_YOUR TASK_:
Look through the records below for the line with "v 0.502 7.984 1.5". Return that line and each one after it up to and including the line with "v -3.719 1.472 -1.5", exactly.

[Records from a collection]
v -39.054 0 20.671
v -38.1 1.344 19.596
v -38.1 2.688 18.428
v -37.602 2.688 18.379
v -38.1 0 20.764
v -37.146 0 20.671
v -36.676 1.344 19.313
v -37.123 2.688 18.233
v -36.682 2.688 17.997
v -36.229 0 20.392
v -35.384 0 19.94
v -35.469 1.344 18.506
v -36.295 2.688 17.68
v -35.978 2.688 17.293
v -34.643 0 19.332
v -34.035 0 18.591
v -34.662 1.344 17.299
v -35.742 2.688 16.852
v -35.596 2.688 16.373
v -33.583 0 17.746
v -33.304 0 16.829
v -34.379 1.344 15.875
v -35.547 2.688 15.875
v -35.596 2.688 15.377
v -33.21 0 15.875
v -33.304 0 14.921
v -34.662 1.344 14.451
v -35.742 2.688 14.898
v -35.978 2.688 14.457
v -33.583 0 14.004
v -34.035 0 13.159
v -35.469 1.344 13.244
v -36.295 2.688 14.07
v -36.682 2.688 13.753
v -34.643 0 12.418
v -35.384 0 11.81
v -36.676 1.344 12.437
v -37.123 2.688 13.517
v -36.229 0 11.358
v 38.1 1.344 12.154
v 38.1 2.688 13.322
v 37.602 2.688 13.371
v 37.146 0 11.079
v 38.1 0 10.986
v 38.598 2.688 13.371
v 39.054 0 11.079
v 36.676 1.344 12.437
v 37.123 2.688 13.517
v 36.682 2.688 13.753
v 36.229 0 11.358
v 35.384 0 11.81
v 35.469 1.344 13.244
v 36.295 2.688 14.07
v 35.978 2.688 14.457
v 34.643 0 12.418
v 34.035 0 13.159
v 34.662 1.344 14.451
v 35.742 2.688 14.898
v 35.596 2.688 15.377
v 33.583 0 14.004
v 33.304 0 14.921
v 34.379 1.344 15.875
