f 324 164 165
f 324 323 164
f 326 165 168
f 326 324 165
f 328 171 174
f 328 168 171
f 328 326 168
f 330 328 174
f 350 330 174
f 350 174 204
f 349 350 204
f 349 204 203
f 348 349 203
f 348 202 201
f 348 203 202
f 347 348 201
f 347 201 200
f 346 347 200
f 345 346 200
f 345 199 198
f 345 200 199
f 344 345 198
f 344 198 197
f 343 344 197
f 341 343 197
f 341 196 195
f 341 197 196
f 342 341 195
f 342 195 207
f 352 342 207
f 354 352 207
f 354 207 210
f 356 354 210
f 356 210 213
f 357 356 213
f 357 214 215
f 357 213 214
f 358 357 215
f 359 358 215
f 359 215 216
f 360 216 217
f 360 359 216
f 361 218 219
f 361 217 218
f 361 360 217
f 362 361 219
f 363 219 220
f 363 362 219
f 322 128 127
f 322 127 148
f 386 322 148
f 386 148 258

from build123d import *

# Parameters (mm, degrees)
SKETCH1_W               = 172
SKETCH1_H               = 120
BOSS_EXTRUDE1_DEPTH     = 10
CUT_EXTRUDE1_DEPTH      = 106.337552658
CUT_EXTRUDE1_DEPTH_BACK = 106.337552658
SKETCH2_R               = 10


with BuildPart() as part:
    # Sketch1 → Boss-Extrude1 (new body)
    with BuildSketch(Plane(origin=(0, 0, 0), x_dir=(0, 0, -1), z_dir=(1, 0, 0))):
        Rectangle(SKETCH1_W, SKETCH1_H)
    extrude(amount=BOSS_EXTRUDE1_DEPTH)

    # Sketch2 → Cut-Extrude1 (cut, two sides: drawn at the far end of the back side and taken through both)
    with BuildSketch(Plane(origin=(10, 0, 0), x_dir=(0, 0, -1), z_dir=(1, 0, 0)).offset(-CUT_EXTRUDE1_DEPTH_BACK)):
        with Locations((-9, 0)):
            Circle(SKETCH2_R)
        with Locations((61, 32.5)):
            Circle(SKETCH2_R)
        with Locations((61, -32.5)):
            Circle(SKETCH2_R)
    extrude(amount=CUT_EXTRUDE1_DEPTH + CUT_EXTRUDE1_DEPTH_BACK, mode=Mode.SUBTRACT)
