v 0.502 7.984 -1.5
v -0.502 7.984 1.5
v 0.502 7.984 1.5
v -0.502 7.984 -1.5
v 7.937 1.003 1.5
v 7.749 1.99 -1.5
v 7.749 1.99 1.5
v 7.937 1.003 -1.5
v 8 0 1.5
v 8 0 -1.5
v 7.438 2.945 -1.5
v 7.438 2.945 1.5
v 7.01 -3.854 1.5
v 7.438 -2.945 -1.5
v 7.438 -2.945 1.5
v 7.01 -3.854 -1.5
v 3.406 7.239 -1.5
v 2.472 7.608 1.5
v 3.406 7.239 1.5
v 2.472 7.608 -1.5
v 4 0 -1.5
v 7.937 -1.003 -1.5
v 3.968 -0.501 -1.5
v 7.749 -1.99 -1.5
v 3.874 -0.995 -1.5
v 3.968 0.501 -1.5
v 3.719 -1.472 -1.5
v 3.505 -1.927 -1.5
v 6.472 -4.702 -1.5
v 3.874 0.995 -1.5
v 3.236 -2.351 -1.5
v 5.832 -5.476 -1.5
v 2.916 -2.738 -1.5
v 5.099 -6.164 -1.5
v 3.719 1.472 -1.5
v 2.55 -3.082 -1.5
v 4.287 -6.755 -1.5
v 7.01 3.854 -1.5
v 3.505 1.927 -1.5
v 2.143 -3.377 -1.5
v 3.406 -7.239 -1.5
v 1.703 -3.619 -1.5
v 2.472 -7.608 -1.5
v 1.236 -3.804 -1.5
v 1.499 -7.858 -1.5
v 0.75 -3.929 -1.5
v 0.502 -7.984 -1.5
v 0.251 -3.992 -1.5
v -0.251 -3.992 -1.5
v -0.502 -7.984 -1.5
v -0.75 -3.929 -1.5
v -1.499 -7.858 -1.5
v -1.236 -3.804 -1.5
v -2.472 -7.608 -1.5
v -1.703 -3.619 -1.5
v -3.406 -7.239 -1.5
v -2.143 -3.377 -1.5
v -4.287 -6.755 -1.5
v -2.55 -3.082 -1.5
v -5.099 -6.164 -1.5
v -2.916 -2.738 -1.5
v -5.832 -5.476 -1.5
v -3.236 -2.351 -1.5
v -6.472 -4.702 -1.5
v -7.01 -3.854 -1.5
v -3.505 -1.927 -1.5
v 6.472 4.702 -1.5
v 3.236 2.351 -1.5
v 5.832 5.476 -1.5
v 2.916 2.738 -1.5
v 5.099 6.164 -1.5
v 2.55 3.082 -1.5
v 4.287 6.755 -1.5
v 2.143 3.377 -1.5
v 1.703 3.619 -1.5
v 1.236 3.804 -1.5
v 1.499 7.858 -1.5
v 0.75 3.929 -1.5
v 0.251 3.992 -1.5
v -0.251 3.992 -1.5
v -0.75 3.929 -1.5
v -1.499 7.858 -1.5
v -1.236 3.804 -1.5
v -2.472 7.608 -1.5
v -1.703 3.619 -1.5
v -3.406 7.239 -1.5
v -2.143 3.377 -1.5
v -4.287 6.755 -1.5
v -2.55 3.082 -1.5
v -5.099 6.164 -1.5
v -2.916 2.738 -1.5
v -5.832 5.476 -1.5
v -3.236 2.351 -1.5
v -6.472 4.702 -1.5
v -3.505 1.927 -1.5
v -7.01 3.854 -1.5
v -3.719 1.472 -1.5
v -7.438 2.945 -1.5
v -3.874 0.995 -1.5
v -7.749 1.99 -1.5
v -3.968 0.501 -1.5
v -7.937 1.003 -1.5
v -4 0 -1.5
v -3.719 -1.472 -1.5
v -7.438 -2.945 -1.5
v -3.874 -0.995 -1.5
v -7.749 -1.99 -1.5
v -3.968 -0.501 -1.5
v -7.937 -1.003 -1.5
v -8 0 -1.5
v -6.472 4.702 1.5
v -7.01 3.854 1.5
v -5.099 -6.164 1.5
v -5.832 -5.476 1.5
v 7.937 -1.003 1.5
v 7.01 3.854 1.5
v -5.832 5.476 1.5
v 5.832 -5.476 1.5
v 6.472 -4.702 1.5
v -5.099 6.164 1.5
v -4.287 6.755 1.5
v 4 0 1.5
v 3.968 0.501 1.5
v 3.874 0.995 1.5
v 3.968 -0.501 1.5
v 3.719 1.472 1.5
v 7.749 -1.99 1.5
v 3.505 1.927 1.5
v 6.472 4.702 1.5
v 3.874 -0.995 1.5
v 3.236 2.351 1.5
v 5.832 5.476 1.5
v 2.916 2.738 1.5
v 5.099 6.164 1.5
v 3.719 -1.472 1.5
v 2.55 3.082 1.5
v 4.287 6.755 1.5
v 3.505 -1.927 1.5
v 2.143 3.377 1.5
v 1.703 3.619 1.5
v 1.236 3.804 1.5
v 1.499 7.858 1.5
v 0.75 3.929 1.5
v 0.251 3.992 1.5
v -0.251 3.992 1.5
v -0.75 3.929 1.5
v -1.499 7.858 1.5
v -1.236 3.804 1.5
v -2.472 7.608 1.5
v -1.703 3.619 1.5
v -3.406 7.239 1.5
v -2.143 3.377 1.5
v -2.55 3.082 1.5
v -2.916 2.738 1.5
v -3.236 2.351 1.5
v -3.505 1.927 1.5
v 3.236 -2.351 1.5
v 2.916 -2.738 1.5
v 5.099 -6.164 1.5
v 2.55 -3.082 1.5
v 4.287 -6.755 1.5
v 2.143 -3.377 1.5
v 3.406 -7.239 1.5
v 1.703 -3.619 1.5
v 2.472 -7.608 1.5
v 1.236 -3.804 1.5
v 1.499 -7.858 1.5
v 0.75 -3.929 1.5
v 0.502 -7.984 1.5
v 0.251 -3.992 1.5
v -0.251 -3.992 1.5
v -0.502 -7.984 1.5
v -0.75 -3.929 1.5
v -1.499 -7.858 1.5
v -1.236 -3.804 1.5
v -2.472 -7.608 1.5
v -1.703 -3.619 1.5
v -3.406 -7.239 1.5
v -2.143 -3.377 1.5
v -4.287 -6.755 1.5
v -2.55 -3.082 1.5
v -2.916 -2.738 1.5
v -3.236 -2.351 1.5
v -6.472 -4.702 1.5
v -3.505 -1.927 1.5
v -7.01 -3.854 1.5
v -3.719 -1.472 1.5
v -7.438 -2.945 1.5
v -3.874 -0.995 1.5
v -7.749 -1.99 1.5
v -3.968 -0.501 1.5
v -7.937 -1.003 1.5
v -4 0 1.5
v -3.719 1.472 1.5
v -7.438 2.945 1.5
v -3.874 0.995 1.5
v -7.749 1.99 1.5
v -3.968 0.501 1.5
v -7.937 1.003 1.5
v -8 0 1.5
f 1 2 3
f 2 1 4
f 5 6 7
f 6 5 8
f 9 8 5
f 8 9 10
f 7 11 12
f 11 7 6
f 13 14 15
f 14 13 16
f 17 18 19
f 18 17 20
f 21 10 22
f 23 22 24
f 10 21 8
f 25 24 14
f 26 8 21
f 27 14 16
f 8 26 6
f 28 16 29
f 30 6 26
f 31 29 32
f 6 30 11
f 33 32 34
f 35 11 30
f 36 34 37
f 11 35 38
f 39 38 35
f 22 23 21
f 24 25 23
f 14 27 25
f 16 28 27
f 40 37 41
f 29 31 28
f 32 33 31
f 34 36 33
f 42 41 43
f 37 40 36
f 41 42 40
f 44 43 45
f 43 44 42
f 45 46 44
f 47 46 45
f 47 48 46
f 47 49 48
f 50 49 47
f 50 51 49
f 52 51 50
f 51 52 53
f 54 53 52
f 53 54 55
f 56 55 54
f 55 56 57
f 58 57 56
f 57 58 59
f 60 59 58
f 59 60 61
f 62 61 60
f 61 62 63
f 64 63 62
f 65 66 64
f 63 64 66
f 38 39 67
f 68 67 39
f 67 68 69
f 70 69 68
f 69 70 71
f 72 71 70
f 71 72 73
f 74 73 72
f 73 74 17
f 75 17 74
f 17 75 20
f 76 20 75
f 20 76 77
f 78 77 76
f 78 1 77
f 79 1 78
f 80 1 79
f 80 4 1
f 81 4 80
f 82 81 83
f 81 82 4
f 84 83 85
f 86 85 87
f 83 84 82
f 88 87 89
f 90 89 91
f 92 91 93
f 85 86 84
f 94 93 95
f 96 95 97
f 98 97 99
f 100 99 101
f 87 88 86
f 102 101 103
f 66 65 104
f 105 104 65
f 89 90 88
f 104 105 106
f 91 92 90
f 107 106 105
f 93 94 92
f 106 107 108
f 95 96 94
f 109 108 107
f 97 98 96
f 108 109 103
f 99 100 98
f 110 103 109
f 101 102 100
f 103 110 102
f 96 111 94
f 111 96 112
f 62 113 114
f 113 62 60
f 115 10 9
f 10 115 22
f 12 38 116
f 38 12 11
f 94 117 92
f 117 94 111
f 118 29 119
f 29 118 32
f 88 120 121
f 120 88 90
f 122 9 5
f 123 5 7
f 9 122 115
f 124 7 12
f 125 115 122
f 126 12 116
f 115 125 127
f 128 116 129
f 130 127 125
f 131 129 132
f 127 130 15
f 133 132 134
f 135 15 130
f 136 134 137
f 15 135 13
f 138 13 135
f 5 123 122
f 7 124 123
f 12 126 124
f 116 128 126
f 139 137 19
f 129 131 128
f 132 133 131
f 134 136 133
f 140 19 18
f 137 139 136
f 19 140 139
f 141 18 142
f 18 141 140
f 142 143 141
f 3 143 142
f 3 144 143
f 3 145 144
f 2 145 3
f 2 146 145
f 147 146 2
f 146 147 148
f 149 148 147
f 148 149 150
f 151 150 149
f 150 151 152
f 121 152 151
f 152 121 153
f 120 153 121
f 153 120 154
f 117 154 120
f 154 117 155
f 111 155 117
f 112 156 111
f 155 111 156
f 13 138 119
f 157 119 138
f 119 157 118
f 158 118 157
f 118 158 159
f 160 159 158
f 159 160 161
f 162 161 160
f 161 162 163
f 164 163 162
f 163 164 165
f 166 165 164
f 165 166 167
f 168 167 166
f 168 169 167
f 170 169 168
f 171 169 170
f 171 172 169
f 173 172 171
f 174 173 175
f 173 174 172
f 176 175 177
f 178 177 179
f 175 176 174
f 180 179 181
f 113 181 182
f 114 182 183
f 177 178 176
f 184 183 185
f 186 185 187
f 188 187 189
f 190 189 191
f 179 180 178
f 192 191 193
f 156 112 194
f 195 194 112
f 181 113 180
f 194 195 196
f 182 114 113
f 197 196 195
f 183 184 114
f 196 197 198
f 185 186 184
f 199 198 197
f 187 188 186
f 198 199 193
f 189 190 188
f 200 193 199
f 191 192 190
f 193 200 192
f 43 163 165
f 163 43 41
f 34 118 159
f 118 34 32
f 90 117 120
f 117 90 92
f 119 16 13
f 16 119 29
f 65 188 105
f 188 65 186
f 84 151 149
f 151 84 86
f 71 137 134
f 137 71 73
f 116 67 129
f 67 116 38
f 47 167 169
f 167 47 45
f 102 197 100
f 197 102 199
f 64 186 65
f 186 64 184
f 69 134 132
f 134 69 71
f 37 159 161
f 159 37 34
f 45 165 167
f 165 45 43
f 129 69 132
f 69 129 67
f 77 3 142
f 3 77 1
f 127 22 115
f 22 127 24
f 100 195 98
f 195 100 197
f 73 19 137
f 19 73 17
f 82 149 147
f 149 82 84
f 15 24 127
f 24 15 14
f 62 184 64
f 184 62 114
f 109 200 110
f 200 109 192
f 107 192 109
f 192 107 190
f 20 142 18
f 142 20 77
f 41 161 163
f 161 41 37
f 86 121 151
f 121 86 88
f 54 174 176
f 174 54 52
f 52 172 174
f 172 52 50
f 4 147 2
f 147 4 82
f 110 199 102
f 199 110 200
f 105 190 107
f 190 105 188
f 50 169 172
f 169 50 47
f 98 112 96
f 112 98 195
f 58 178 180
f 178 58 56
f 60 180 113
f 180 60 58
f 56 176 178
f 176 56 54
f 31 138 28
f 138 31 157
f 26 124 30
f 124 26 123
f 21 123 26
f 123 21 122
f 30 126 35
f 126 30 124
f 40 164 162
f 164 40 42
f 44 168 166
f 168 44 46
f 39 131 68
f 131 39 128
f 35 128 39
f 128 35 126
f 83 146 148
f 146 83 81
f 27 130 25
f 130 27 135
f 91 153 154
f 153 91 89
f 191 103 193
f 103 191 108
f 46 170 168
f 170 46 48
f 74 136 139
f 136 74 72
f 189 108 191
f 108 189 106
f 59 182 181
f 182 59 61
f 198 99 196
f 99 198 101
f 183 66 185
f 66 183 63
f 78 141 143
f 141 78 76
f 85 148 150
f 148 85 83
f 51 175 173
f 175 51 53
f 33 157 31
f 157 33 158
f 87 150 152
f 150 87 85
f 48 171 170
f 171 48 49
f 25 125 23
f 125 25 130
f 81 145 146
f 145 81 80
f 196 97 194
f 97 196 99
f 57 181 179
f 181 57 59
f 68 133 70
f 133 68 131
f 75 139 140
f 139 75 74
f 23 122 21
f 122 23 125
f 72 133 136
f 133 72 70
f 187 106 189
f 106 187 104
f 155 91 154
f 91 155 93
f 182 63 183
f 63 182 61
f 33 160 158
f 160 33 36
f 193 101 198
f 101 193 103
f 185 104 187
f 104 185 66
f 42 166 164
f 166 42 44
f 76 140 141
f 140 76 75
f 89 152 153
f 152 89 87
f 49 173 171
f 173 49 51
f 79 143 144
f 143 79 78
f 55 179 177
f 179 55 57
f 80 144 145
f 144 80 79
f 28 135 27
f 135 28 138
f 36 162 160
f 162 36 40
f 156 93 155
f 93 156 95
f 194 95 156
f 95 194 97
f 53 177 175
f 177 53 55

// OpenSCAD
$fn = 50;


difference() {
	union() {
		translate(v = [0, 0, -1.5000000000]) {
			cylinder(h = 3, r = 8.0000000000);
		}
	}
	union() {
		translate(v = [0, 0, -100.0000000000]) {
			cylinder(h = 200, r = 4.0000000000);
		}
	}
}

_RESPONSE TO THIS TASK_:
v 0.502 7.984 1.5
v -0.502 7.984 -1.5
v 7.937 1.003 1.5
v 7.749 1.99 -1.5
v 7.749 1.99 1.5
v 7.937 1.003 -1.5
v 8 0 1.5
v 8 0 -1.5
v 7.438 2.945 -1.5
v 7.438 2.945 1.5
v 7.01 -3.854 1.5
v 7.438 -2.945 -1.5
v 7.438 -2.945 1.5
v 7.01 -3.854 -1.5
v 3.406 7.239 -1.5
v 2.472 7.608 1.5
v 3.406 7.239 1.5
v 2.472 7.608 -1.5
v 4 0 -1.5
v 7.937 -1.003 -1.5
v 3.968 -0.501 -1.5
v 7.749 -1.99 -1.5
v 3.874 -0.995 -1.5
v 3.968 0.501 -1.5
v 3.719 -1.472 -1.5
v 3.505 -1.927 -1.5
v 6.472 -4.702 -1.5
v 3.874 0.995 -1.5
v 3.236 -2.351 -1.5
v 5.832 -5.476 -1.5
v 2.916 -2.738 -1.5
v 5.099 -6.164 -1.5
v 3.719 1.472 -1.5
v 2.55 -3.082 -1.5
v 4.287 -6.755 -1.5
v 7.01 3.854 -1.5
v 3.505 1.927 -1.5
v 2.143 -3.377 -1.5
v 3.406 -7.239 -1.5
v 1.703 -3.619 -1.5
v 2.472 -7.608 -1.5
v 1.236 -3.804 -1.5
v 1.499 -7.858 -1.5
v 0.75 -3.929 -1.5
v 0.502 -7.984 -1.5
v 0.251 -3.992 -1.5
v -0.251 -3.992 -1.5
v -0.502 -7.984 -1.5
v -0.75 -3.929 -1.5
v -1.499 -7.858 -1.5
v -1.236 -3.804 -1.5
v -2.472 -7.608 -1.5
v -1.703 -3.619 -1.5
v -3.406 -7.239 -1.5
v -2.143 -3.377 -1.5
v -4.287 -6.755 -1.5
v -2.55 -3.082 -1.5
v -5.099 -6.164 -1.5
v -2.916 -2.738 -1.5
v -5.832 -5.476 -1.5
v -3.236 -2.351 -1.5
v -6.472 -4.702 -1.5
v -7.01 -3.854 -1.5
v -3.505 -1.927 -1.5
v 6.472 4.702 -1.5
v 3.236 2.351 -1.5
v 5.832 5.476 -1.5
v 2.916 2.738 -1.5
v 5.099 6.164 -1.5
v 2.55 3.082 -1.5
v 4.287 6.755 -1.5
v 2.143 3.377 -1.5
v 1.703 3.619 -1.5
v 1.236 3.804 -1.5
v 1.499 7.858 -1.5
v 0.75 3.929 -1.5
v 0.251 3.992 -1.5
v -0.251 3.992 -1.5
v -0.75 3.929 -1.5
v -1.499 7.858 -1.5
v -1.236 3.804 -1.5
v -2.472 7.608 -1.5
v -1.703 3.619 -1.5
v -3.406 7.239 -1.5
v -2.143 3.377 -1.5
v -4.287 6.755 -1.5
v -2.55 3.082 -1.5
v -5.099 6.164 -1.5
v -2.916 2.738 -1.5
v -5.832 5.476 -1.5
v -3.236 2.351 -1.5
v -6.472 4.702 -1.5
v -3.505 1.927 -1.5
v -7.01 3.854 -1.5
v -3.719 1.472 -1.5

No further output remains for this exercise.